Harvey Weinstein, Louis C.K. Matt Lauer, Marshall Faulk, James Franco, Mario Batali, Charlie Rose, Ryan Seacrest…who’s next up to the plate? One year ago, this would have been a list of successful and famous men. Today, it’s a list of people who have been accused of harassment by female co-workers. It seems like every day another name pops up into the newsfeed with allegations of harassment. As a result, employers are scrambling to try to take steps to prevent their name from being the next one in the news. What, exactly, can employers do to prevent or, at worst, remedy any such claims? The answer is not always easy, but there are some steps an employer can take to place it in a position to eliminate harassment or defend against claims that are brought against it.
As an initial matter, it is important to understand what unlawful harassment is. Many people believe that unlawful harassment is anything that makes the workplace “hostile.” In this regard, employees claim they have been subject to harassment because their boss is mean to them or co-workers are not as friendly as they would like them to be. To be clear, the law does not protect employees from general issues at work or require the workplace to be a friendly and wonderful place. Unlawful harassment is a specific term of law which requires certain factors to be present which are as follows: there must be unwelcome conduct (which could be basically anything), which is based upon an individual’s protected classification (age, race, gender, religion, national origin, gender identity, sexual orientation, disability, etc.), the conduct must be subjectively and objectively offensive, and it must be severe or pervasive.
The main difference between merely a mean boss and a harassment claim is that the conduct is based upon an individual’s protected classification. If the behavior is not based on a person’s protected classification, what they have is not an ideal work setting, but not a claim for harassment.
Now that there is an understanding of what is “harassment,” employers need to determine what they can do to prevent claims or defend against claims that are brought. The first thing employers need to do is develop an effective harassment policy. A harassment policy must have certain provisions in order to be effective which include a statement of what is protected (hint: it is not just sexual harassment!), examples of harassment, a multi-tiered complaint mechanism (meaning the complaint procedure should not start and end with a person’s supervisor), a provision addressing confidentiality issues, anti-retaliation language, and language which addresses disciplinary issues.
While all of the previous provisions are important, the most significant requirement is that the policy has a multi-tiered complaint mechanism. If the complaint mechanism is limited to an individual’s supervisor, what is that person to do if the supervisor is the one engaging in the harassing behavior? If that is not addressed in a policy, it is not going to be deemed effective and is not worth the paper it is written on.

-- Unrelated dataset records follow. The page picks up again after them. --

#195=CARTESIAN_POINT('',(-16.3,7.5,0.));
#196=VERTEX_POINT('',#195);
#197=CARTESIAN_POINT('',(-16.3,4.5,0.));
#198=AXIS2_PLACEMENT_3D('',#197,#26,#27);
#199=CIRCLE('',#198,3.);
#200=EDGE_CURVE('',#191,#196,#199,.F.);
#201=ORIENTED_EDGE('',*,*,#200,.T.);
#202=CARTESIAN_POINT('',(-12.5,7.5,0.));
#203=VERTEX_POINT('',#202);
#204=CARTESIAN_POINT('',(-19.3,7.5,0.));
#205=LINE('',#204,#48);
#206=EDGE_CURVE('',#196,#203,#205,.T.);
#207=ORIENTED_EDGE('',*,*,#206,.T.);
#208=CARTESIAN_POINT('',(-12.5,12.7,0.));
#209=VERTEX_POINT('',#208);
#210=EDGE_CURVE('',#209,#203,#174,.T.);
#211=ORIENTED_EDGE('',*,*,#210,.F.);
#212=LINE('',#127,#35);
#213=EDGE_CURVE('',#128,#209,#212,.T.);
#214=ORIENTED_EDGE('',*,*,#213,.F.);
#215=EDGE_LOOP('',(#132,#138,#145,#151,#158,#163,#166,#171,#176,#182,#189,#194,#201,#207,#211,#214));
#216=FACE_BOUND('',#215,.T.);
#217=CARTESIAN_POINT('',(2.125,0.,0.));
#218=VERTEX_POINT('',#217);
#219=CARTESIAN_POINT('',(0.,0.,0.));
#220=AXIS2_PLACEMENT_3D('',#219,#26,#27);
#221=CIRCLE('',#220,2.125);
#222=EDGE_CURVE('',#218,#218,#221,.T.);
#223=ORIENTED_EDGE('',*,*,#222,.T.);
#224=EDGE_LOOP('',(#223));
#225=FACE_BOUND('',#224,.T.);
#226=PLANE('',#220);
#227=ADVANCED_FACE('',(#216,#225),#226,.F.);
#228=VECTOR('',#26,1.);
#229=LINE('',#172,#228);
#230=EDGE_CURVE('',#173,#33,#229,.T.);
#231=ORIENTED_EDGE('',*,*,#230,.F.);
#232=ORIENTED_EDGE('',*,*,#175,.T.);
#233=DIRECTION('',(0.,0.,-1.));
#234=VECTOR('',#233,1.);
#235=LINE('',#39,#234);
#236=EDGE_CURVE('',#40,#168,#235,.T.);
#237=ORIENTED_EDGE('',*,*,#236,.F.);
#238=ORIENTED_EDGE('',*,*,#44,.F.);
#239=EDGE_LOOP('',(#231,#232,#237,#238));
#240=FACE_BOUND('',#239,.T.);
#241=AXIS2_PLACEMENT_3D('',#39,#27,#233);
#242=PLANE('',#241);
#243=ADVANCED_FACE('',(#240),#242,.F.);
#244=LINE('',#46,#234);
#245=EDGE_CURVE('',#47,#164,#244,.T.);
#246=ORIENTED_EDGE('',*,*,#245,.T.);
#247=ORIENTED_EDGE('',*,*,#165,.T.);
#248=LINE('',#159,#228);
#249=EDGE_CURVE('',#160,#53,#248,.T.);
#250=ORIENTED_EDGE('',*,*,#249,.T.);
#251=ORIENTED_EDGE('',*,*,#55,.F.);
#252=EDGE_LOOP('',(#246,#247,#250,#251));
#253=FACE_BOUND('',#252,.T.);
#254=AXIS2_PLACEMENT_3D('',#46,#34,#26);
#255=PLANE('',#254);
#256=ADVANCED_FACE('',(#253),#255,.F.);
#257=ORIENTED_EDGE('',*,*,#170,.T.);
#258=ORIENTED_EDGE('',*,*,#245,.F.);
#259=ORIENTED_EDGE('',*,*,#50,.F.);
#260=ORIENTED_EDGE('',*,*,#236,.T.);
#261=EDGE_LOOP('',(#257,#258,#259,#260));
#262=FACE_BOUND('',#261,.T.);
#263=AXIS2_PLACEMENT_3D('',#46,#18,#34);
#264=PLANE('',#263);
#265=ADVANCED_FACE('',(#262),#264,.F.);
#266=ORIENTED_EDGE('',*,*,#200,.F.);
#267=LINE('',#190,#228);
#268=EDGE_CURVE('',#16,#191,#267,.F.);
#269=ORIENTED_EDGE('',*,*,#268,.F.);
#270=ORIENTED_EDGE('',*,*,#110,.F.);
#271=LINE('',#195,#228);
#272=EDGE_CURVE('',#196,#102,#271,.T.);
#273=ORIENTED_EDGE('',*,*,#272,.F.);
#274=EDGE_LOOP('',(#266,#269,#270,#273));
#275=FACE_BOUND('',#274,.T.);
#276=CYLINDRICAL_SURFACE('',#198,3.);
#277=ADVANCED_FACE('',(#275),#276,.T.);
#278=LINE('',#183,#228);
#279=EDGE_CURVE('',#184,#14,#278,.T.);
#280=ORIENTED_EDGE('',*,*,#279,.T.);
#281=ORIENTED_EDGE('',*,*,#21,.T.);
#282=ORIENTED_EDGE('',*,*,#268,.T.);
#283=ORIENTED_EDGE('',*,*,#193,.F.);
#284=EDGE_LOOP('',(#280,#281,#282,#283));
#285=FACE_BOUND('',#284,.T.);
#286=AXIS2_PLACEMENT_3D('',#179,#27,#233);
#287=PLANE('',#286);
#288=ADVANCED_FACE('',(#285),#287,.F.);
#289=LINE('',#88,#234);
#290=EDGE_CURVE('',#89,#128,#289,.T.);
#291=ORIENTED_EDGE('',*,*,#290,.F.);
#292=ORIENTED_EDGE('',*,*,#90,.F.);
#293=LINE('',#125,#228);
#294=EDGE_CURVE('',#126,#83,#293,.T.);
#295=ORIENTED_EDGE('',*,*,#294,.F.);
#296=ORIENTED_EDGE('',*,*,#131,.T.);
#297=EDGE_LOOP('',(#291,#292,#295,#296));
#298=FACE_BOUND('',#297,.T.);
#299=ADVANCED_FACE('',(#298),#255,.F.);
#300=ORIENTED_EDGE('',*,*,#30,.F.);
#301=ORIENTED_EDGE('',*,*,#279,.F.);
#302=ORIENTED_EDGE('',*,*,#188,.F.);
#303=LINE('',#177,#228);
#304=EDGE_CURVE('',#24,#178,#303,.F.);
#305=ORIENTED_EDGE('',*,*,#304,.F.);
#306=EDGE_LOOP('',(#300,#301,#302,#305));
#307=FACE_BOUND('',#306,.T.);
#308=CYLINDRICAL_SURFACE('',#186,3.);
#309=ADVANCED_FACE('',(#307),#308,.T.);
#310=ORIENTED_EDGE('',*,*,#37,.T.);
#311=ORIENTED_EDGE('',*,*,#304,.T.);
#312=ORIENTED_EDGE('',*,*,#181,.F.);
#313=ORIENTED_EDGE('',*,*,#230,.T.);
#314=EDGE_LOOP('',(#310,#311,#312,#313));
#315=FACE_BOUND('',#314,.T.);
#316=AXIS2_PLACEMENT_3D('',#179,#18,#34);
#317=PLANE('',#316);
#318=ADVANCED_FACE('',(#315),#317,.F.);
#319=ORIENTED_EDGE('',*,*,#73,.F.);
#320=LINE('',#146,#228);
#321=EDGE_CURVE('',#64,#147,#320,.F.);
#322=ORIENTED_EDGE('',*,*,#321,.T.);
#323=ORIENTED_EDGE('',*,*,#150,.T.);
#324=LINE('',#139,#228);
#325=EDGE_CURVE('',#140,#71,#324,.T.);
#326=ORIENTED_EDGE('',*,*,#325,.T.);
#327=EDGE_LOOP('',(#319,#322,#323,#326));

Having a policy is great. However, it is not sufficient to prevent and defend claims of harassment. If an employer has a policy, but no one knows what it is, it might as well not exist in the first place. As such, employers must provide regular harassment training to its employees. With regard to such training, the Equal Employment Opportunity Commission (the “EEOC”), the federal agency responsible for handling claims of harassment and discrimination, indicated in a 2017 report that harassment training should be in-person (not merely pushing a button online) and interactive and that there needs to be different training for supervisors and non-supervisory employees.
In this regard, supervisors need to be trained on how to protect, eliminate, and respond to complaints of harassment. Supervisors also need to be trained on how to document issues and the liability concerns which arise if they merely “do nothing” when in the presence of potential harassment. Training must also address proper and appropriate measures which employers should take in response to claims of harassment to remedy and eliminate any such issues.
Ultimately, most harassment claims come down to issues of common sense. It should be common sense not to end an interview with an invitation to a hotel room. It should be common sense not to take revealing pictures of yourself and send them to co-workers. It should be common sense that employees should not send inappropriate e-mails to each other. The problem, however, is that in many instances common sense is lacking and whether someone intended to offend the other person is irrelevant. Employers must, therefore, take steps to educate their employees and prepare for any potential claims that may arise so that they are not in the next headline.